I walked into Chaplain Peterson’s tent. Peterson arose to greet me. “How’s the old salt?”

“They’re not going to beat me out of my thirty-year retirement,” I said.

“Good. I got your request, Mac. I think it is a fine thing to do. Father McKale is sending Pedro’s personal belongings over.”

“I’ll be shoving off for the States soon. If I knew Gomez’s address, I’d visit there, too.”

“It’s good of you to give up your furlough to visit the parents of these boys.”

“It’s the least I could do.”

“I’ll have the things sent over to your camp.”

“Chaplain Peterson…what about Andy?”

The balding minister shook his head. “Only time will heal his wounds. I’ve tried to talk to him, as you have. In a little while they will restore his face, but…”

“They’ll never restore his leg.”

“It is a pity. He has a wonderful girl and so much to live for. I took this letter around and read it to him. He threw it back at me.” I took the envelope from him and opened it and began to read.
“My Dearest, You have a son….”

I looked up at Peterson.

“Born on D-day, Mac.”

It is rather hard to say what Timmy looks like. Poor little dear, what a horrible mixture he is. New Zealand, American, Scotch, and Swede. At any rate he bellows like a Marine and eats like a lumberjack. I think I’ll keep him. You know how happy I am.

Andy, we know where you are. Our prayers are with you every second of every minute. I know that it will be a long long time before you will be back with us but remember that all Timmy and I live for will be the day you return forever.

Mother and Dad have been dears. Dad is already looking about for a pony for Timmy.

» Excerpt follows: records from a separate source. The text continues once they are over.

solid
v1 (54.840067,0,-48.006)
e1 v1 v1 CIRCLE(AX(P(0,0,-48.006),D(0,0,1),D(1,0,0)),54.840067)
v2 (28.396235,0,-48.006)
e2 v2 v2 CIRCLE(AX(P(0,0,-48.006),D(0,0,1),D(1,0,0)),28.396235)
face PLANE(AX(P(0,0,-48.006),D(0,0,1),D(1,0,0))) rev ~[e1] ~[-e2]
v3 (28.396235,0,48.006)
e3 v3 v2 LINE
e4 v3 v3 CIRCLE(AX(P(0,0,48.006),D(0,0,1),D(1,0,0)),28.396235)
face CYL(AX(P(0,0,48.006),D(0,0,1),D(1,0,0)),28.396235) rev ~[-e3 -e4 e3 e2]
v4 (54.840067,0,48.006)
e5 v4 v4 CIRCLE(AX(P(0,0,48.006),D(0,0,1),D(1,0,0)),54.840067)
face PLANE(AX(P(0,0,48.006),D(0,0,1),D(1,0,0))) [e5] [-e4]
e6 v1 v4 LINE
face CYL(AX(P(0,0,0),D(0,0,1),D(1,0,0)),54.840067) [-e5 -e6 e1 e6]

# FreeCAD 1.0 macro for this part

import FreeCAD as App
import Part
import Sketcher

V = App.Vector
Q = App.Units.Quantity

doc = App.newDocument("Part")
body = doc.addObject("PartDesign::Body", "Body")

# Sketch on XY plane
sketch1 = doc.addObject("Sketcher::SketchObject", "Sketch")
body.addObject(sketch1)
sketch1.AttachmentSupport = (doc.XY_Plane, [""])
sketch1.MapMode = "FlatFace"
sketch1.addGeometry(Part.Circle(V(0, 0, 0), V(0, 0, 1), 54.840067), False)
sketch1.addConstraint(Sketcher.Constraint("Coincident", 0, 3, -1, 1))
sketch1.addConstraint(Sketcher.Constraint("Diameter", 0, 109.680134))
pad1 = doc.addObject("PartDesign::Pad", "Pad")
body.addObject(pad1)
pad1.Profile = sketch1
pad1.Length = Q("3.78 in")
pad1.Midplane = True

# Sketch on XY plane
sketch2 = doc.addObject("Sketcher::SketchObject", "Sketch001")
body.addObject(sketch2)
sketch2.AttachmentSupport = (doc.XY_Plane, [""])
sketch2.MapMode = "FlatFace"
sketch2.AttachmentOffset = App.Placement(V(0, 0, 1.89 * 25.4), App.Rotation())
sketch2.addGeometry(Part.Circle(V(0, 0, 0), V(0, 0, 1), 26.964894), False)
sketch2.addConstraint(Sketcher.Constraint("Coincident", 0, 3, -1, 1))
sketch2.addConstraint(Sketcher.Constraint("Diameter", 0, 53.929788))
pad2 = doc.addObject("PartDesign::Pad", "Pad001")
body.addObject(pad2)
pad2.Profile = sketch2
pad2.Length = Q("2.99 in")
pad2.Reversed = True

# Sketch on XY plane
sketch3 = doc.addObject("Sketcher::SketchObject", "Sketch002")
body.addObject(sketch3)
sketch3.AttachmentSupport = (doc.XY_Plane, [""])
sketch3.MapMode = "FlatFace"
sketch3.AttachmentOffset = App.Placement(V(0, 0, 1.89 * 25.4), App.Rotation())
sketch3.addGeometry(Part.Circle(V(0, 0, 0), V(0, 0, 1), 28.396235), False)
sketch3.addConstraint(Sketcher.Constraint("Coincident", 0, 3, -1, 1))
sketch3.addConstraint(Sketcher.Constraint("Diameter", 0, 56.79247))
pocket1 = doc.addObject("PartDesign::Pocket", "Pocket")
body.addObject(pocket1)
pocket1.Profile = sketch3
pocket1.Length = Q("3.82 in")

doc.recompute()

The poor wee fellow can’t even hold his head up yet. Mom spends half her time digging up American recipes. She says she is really going to fatten you up.

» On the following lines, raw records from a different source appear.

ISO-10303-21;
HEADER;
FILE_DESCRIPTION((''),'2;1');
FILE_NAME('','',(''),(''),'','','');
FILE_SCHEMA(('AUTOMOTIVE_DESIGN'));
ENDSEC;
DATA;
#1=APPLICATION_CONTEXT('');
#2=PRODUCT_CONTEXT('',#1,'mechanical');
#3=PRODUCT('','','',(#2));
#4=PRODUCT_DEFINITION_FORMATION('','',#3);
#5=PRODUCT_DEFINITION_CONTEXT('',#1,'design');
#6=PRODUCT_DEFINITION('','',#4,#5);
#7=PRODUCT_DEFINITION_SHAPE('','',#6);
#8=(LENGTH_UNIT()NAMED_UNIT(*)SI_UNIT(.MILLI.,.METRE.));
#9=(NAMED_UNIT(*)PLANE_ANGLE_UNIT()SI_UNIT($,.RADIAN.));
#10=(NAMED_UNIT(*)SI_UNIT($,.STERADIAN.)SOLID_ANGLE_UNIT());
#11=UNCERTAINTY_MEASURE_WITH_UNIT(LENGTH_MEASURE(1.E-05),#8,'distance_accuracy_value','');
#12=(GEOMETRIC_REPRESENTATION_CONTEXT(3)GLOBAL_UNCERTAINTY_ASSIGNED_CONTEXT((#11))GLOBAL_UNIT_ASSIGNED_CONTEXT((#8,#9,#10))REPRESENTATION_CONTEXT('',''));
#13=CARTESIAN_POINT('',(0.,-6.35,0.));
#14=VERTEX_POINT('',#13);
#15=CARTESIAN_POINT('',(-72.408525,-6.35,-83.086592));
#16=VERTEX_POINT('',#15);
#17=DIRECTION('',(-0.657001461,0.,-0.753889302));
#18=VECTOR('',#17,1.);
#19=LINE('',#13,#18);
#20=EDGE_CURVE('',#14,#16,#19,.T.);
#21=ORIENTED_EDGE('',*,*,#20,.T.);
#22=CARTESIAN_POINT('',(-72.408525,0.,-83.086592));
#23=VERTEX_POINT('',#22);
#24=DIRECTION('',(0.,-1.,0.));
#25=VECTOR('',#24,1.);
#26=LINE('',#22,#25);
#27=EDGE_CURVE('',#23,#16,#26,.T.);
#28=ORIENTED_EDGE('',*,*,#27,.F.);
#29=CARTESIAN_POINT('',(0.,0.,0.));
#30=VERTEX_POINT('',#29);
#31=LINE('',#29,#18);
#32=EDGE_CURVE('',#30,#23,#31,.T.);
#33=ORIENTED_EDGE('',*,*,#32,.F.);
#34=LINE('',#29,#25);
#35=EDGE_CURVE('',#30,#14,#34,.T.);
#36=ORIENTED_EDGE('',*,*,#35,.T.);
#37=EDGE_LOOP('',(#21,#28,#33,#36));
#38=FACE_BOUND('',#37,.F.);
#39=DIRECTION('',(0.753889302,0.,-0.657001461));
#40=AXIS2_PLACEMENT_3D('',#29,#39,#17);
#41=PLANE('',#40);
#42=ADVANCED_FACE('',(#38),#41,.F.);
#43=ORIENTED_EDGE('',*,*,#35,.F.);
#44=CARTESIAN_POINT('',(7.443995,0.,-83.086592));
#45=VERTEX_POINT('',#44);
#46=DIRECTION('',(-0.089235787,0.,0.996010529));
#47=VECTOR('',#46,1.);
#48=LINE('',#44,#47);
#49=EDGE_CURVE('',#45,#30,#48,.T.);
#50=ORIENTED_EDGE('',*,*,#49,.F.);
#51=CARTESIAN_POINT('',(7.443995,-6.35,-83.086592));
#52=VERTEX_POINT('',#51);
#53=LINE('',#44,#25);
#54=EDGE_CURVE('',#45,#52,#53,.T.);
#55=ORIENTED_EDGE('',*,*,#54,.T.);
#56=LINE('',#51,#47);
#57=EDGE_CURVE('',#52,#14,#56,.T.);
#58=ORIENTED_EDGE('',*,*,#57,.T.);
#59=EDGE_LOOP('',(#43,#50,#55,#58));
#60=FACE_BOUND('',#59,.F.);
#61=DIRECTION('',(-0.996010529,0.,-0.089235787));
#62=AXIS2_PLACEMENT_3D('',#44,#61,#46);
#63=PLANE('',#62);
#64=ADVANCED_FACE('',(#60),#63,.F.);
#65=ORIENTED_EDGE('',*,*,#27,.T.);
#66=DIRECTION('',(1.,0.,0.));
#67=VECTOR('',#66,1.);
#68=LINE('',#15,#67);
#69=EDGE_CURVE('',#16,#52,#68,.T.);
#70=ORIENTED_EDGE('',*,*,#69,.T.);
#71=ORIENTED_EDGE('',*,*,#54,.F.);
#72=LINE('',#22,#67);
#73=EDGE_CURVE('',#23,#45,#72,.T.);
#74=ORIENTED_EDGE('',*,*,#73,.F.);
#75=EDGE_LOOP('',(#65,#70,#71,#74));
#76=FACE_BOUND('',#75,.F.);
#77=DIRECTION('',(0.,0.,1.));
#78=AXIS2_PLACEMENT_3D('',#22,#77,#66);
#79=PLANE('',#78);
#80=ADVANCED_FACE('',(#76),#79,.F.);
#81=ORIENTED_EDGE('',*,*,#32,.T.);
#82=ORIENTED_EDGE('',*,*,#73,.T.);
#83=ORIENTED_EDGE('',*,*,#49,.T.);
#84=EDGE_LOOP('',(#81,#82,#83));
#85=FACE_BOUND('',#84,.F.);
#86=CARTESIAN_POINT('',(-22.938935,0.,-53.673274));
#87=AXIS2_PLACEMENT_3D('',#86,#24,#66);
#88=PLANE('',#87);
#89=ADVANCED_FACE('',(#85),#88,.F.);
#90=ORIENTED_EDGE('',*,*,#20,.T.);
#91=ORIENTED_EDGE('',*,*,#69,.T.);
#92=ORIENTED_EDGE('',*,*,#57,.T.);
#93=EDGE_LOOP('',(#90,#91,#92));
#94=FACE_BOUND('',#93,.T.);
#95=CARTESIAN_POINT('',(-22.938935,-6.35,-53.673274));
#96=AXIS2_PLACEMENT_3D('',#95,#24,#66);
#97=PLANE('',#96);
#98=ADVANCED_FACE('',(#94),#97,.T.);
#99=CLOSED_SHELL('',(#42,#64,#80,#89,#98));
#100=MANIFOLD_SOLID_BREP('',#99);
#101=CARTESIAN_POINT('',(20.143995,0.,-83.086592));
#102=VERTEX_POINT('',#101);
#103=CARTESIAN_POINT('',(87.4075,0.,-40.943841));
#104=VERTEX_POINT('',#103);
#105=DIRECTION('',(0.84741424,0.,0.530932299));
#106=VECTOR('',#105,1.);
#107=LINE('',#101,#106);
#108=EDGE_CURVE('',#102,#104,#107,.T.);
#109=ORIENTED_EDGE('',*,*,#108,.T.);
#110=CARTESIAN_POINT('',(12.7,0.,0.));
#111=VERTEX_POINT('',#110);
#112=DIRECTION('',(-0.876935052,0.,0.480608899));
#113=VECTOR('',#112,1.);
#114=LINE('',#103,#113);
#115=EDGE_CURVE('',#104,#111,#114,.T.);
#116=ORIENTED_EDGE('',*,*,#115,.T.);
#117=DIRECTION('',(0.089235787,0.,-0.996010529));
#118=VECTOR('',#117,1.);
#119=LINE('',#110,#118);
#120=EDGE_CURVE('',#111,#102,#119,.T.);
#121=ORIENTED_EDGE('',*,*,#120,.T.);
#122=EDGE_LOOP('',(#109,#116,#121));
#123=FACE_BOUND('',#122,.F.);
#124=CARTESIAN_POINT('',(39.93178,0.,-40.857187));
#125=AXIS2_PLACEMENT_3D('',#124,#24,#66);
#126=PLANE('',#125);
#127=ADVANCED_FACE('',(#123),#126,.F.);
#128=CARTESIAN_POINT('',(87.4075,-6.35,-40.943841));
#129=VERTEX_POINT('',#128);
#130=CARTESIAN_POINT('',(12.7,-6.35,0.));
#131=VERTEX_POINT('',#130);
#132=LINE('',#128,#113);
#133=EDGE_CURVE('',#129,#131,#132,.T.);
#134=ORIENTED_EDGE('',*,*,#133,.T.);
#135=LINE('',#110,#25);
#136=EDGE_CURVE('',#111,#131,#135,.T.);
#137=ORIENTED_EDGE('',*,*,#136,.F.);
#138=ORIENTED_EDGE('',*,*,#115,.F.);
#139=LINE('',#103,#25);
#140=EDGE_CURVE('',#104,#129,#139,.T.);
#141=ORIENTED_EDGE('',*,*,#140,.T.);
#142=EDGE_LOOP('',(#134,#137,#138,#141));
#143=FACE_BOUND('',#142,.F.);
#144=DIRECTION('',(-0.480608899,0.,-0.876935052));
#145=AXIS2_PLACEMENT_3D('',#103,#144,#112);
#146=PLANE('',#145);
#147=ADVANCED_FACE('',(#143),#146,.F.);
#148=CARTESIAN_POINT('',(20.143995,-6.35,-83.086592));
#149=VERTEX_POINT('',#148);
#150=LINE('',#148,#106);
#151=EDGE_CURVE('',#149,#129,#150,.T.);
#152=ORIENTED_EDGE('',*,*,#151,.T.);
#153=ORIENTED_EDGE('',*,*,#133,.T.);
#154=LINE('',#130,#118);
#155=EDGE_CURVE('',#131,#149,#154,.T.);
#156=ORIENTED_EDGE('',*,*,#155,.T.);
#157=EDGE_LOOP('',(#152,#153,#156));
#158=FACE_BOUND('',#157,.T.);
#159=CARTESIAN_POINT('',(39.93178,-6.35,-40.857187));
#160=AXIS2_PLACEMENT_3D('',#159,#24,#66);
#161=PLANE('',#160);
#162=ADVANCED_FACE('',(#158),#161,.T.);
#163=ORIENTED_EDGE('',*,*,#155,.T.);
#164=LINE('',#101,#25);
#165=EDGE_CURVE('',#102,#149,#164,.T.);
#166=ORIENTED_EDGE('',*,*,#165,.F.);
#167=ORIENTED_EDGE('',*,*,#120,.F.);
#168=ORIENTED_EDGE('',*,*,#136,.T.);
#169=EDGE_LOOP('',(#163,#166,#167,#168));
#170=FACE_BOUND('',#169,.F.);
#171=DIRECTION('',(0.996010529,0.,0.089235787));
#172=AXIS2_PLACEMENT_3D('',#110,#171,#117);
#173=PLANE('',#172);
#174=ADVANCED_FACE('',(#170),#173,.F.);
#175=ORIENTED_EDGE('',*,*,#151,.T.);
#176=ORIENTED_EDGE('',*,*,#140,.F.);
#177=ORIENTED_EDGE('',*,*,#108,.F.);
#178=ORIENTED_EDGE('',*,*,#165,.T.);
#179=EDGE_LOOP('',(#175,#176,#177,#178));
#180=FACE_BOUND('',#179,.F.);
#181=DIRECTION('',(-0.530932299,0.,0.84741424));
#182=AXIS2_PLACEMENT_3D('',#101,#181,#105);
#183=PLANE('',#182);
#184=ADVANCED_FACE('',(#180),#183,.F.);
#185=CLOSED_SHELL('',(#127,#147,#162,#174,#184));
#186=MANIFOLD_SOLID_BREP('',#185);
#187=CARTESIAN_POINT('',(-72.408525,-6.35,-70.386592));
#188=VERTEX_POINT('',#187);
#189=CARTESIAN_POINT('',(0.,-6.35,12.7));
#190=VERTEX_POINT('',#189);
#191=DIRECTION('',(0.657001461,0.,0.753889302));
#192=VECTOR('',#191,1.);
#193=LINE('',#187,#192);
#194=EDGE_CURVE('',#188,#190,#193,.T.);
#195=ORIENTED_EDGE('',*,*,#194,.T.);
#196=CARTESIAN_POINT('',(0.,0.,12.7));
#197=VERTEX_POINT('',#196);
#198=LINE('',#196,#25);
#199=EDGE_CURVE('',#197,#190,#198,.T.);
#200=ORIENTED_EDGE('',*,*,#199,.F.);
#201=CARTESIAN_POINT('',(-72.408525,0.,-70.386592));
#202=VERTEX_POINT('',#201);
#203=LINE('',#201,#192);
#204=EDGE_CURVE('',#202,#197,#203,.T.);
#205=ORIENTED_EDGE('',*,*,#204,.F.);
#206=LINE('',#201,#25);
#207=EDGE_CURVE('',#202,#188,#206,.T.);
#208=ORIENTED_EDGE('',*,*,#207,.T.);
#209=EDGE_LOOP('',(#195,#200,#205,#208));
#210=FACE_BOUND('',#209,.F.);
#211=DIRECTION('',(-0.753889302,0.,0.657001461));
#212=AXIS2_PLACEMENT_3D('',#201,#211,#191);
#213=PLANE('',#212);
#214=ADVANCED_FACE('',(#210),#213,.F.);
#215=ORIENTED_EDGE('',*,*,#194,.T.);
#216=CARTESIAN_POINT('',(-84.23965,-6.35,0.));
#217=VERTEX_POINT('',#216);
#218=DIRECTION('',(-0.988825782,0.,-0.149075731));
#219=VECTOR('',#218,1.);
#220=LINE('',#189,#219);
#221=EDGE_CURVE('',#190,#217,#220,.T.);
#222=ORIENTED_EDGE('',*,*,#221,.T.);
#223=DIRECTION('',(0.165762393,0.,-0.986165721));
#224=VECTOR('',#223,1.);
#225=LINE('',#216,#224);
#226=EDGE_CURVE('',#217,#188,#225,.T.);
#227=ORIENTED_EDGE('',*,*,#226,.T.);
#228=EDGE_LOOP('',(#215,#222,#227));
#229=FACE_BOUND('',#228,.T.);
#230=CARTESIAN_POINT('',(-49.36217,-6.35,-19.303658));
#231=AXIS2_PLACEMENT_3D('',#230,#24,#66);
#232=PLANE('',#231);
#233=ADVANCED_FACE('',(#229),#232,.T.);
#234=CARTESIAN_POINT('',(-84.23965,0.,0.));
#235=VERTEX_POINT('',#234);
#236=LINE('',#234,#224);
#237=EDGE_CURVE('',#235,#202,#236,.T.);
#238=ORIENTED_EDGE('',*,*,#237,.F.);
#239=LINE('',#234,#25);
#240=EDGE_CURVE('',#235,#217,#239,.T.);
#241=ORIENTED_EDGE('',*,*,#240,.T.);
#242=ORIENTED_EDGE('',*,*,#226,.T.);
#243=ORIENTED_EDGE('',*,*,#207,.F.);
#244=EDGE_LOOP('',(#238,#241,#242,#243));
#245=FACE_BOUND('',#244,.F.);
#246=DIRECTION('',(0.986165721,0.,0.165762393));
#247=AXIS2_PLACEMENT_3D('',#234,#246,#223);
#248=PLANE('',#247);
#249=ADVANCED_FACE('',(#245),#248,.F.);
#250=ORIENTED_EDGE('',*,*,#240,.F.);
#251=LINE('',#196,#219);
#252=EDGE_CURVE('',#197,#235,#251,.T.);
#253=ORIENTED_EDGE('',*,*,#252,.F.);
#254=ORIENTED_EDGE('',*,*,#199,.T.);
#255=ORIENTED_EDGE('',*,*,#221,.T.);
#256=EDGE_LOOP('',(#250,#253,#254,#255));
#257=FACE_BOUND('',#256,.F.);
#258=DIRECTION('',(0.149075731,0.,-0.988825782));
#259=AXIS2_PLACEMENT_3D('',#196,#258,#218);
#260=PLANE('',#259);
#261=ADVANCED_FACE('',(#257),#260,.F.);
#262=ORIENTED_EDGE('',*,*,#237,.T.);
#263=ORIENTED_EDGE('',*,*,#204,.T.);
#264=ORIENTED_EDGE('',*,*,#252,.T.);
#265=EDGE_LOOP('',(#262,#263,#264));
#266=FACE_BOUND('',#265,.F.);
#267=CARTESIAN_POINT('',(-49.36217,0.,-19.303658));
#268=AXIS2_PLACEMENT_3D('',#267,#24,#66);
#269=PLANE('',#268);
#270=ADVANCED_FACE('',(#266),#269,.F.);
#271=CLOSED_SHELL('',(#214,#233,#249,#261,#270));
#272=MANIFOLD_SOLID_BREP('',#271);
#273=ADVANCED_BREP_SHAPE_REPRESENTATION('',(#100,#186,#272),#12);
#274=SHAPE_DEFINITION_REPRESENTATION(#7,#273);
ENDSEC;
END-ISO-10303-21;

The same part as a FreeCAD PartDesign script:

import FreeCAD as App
import Part
import Sketcher
Q = App.Units.Quantity

doc = App.newDocument("Part")
body = doc.addObject("PartDesign::Body", "Body")
body.AllowCompound = True

sketch1 = body.newObject("Sketcher::SketchObject", "Sketch")
sketch1.AttachmentSupport = (doc.getObject("XZ_Plane"), [""])
sketch1.MapMode = "FlatFace"
sketch1.addGeometry(Part.LineSegment(App.Vector(-72, -70, 0), App.Vector(0, 13, 0)), False)
sketch1.addGeometry(Part.LineSegment(App.Vector(0, 13, 0), App.Vector(-84, 0, 0)), False)
sketch1.addGeometry(Part.LineSegment(App.Vector(-84, 0, 0), App.Vector(-72, -70, 0)), False)
sketch1.addGeometry(Part.LineSegment(App.Vector(-72, -83, 0), App.Vector(7, -83, 0)), False)
sketch1.addGeometry(Part.LineSegment(App.Vector(7, -83, 0), App.Vector(0, 0, 0)), False)
sketch1.addGeometry(Part.LineSegment(App.Vector(0, 0, 0), App.Vector(-72, -83, 0)), False)
sketch1.addGeometry(Part.LineSegment(App.Vector(20, -83, 0), App.Vector(87, -41, 0)), False)
sketch1.addGeometry(Part.LineSegment(App.Vector(87, -41, 0), App.Vector(13, 0, 0)), False)
sketch1.addGeometry(Part.LineSegment(App.Vector(13, 0, 0), App.Vector(20, -83, 0)), False)
sketch1.addConstraint(Sketcher.Constraint("Coincident", 0, 2, 1, 1))
sketch1.addConstraint(Sketcher.Constraint("Coincident", 1, 2, 2, 1))
sketch1.addConstraint(Sketcher.Constraint("Coincident", 2, 2, 0, 1))
sketch1.addConstraint(Sketcher.Constraint("Coincident", 3, 2, 4, 1))
sketch1.addConstraint(Sketcher.Constraint("Coincident", 4, 2, 5, 1))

Darling I can hardly wait till the day Timmy is old enough to walk. I shall take him over to our land and tell him that some day his Daddy is coming back and clear it and build us a nice warm little house and we shall live in it forever and ever.

Winter is coming, but soon it shall be spring and we will be here as always.

Your loving wife,
Pat

I dropped the letter on the desk.

“He’ll go back,” the chaplain said. “Love like that girl’s is too strong a magnet for any man.”

Speedy came up the road to meet me. “Mac, just got the word. We’re shoving off tomorrow.”

“Going home?”

“Yes.”

“I think I’ll drop over to the hospital and say good-by to Andy.”

Speedy grasped my shoulder. “I was just over there. He told me to get the hell out.”

I walked into the ward, down the row of legless and armless men till I reached the far end. I opened the screened enclosure around his bed and drew up a chair. Andy lay flat on his back, his face invisible under a swath of bandages leaving only his eyes and lips open.

“Hi, knucklehead, how they been treating you?” He did not answer. “I was just over to Chaplain Peterson’s.”